Russell told Jonathan Ross while appearing on his TV show that he doesn't want his child with Laura Gallacher to be restricted by male or female labels.

"We don’t know the gender I may not even ever impose a gender upon it, let the child grow up and be the whatever the hell it is, never tell it there is such a concept," said Russell on the show.

Anyway... this got me thinking.

Gender neutral is a funny old phrase because the use of the word 'neutral' makes people think of beige, grey and drab colours, which sounds restrictive in itself. And yet, what gender neutrality is REALLY about is getting rid of the limitations that gender stereotypes create to give children more choice, which is what and the campaign I'm an ambassador for, Let Clothes Be Clothes, are all about. It's about more choice and less limitation.

Russell Brand doesn't want his child to be restricted by labels.

Of course, if you say you are raising your child gender neutral, the connotation might be that you are not going to raise that child as a boy or a girl.
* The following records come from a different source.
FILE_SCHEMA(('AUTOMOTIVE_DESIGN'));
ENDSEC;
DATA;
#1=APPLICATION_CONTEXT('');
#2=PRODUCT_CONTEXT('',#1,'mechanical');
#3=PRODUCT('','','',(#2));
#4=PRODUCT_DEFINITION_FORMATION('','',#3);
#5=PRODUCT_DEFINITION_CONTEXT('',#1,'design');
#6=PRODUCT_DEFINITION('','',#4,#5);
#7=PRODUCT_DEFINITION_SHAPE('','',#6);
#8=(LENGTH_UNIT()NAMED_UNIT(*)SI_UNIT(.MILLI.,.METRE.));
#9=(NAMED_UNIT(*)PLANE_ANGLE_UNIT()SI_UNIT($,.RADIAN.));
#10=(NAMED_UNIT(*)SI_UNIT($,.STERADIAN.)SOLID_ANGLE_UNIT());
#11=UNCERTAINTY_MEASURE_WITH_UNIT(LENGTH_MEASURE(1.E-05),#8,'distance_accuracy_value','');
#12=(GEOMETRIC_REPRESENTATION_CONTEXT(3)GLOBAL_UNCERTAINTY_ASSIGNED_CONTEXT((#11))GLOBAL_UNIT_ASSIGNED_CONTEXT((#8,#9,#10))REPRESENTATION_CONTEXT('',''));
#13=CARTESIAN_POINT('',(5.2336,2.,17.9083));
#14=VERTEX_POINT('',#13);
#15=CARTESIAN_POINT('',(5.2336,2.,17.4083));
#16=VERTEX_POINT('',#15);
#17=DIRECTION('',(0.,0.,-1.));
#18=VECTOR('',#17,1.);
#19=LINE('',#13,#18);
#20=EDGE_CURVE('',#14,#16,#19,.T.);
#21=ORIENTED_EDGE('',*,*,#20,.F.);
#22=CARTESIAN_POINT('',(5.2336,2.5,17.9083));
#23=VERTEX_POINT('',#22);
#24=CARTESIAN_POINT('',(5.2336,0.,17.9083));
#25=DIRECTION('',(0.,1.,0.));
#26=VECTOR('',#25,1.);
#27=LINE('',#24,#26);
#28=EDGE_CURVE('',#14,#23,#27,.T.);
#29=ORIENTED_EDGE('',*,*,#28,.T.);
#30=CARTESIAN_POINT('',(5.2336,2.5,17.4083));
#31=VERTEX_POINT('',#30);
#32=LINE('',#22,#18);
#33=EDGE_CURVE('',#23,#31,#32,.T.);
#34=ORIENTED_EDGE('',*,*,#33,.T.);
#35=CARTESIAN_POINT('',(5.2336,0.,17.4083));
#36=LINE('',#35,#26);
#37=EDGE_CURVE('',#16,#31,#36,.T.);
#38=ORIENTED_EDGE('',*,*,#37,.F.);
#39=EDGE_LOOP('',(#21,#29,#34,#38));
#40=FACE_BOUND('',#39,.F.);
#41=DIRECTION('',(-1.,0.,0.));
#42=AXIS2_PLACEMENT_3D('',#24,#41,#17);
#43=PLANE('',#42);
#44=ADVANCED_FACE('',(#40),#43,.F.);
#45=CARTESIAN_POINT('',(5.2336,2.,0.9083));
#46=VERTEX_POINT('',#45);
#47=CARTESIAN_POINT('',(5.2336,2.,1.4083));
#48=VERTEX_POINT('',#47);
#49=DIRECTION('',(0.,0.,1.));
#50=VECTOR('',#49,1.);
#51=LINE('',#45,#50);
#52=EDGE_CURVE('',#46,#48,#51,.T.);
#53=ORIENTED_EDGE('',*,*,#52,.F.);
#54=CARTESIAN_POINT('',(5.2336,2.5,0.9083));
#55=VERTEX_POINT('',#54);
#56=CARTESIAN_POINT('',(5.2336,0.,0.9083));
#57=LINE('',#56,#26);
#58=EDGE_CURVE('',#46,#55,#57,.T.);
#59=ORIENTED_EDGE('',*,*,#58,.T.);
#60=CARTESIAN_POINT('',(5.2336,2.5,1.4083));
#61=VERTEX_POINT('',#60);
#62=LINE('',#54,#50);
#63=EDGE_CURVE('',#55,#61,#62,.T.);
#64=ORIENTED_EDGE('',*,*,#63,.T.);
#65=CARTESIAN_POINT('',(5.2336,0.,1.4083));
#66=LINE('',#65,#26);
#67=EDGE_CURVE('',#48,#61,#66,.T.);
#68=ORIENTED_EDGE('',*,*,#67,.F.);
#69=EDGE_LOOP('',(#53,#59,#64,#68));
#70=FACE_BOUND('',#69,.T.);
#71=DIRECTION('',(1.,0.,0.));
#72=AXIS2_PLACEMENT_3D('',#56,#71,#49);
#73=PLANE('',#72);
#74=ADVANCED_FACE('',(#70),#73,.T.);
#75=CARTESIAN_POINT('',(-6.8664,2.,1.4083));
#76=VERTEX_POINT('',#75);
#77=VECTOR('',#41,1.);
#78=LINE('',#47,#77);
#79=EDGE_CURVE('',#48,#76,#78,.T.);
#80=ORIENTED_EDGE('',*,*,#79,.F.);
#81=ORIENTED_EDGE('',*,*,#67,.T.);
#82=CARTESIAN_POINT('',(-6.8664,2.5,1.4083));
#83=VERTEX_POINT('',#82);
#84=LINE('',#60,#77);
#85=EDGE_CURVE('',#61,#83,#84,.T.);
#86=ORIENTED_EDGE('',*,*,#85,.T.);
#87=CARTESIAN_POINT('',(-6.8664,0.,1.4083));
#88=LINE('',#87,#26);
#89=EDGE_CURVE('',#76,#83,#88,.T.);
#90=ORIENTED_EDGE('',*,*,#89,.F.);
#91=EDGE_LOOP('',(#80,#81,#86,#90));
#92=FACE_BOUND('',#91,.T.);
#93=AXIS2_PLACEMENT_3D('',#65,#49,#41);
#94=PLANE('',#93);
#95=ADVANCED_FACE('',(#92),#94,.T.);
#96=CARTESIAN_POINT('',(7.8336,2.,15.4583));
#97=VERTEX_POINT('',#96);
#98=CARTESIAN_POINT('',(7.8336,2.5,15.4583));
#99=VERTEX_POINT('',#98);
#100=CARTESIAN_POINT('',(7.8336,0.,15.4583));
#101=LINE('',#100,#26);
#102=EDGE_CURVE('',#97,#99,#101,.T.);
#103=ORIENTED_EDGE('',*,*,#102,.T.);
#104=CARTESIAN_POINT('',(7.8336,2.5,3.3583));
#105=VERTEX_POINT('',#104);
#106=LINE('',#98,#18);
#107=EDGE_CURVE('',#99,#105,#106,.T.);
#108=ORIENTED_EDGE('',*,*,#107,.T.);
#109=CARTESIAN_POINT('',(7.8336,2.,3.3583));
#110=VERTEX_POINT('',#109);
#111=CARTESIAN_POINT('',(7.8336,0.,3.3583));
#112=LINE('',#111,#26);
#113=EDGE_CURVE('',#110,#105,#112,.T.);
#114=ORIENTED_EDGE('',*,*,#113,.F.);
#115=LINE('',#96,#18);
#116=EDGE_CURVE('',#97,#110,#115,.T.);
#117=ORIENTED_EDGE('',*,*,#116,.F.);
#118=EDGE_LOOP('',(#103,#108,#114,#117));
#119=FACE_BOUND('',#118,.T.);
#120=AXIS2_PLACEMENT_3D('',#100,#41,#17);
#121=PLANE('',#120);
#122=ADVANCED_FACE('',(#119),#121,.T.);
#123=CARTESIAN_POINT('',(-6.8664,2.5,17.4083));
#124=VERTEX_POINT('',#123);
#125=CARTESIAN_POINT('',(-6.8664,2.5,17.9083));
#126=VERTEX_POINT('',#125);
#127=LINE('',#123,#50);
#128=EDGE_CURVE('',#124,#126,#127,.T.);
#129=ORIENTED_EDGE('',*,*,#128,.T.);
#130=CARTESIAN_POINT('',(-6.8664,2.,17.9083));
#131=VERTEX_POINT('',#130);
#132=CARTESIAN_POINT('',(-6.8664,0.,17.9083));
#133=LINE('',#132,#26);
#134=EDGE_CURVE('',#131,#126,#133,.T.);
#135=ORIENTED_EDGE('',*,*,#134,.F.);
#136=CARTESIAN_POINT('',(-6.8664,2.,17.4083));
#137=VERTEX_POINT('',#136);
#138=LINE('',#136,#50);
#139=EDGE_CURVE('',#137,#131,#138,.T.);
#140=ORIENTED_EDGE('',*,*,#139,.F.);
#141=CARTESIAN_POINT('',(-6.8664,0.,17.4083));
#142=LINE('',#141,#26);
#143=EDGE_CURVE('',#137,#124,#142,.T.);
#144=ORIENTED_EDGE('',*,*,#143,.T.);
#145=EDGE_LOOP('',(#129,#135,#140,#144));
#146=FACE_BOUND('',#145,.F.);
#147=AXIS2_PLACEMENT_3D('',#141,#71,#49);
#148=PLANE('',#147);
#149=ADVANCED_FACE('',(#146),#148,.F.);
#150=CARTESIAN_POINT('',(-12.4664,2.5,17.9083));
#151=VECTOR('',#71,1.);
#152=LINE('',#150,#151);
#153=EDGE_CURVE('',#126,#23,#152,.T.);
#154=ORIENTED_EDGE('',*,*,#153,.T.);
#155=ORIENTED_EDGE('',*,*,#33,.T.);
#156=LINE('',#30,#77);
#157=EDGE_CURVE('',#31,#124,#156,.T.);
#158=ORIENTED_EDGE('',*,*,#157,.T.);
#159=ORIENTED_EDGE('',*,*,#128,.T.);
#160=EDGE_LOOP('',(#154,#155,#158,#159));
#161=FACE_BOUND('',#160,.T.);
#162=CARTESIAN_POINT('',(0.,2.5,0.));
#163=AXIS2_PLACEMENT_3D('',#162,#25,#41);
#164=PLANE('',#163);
Perhaps you might even consider using the word 'hen', the Swedish gender-neutral pronoun, intended as an alternative to the gender-specific hon ("she") and han ("he")?

Or, maybe, like me, when I use the word gender neutral, I am talking about removing restrictions and limitations that gender stereotypes perpetuate.

Often, as humans, we make choices in reaction to the extremes that we are opposing so, in opposing gender stereotypes, raising a child as 'gender neutral' is finding an alternative to the overt gender stereotyping that has smothered our stores, screens and magazine pages, since the relatively gender-neutral 1970s, the decade in which I grew up.

For me, getting rid of gender stereotypes is not about getting rid of pink princesses or snarling monsters at the extreme end of perceived femininity or masculinity, because lots of children LOVE pink princesses and snarling monsters. No, for me, the way forward is to cater for the ENTIRE SPECTRUM of colour and motifs; the ENTIRE SPECTRUM of what it means to be a child without the need to label any of it as 'for girls only' or 'for boys only'.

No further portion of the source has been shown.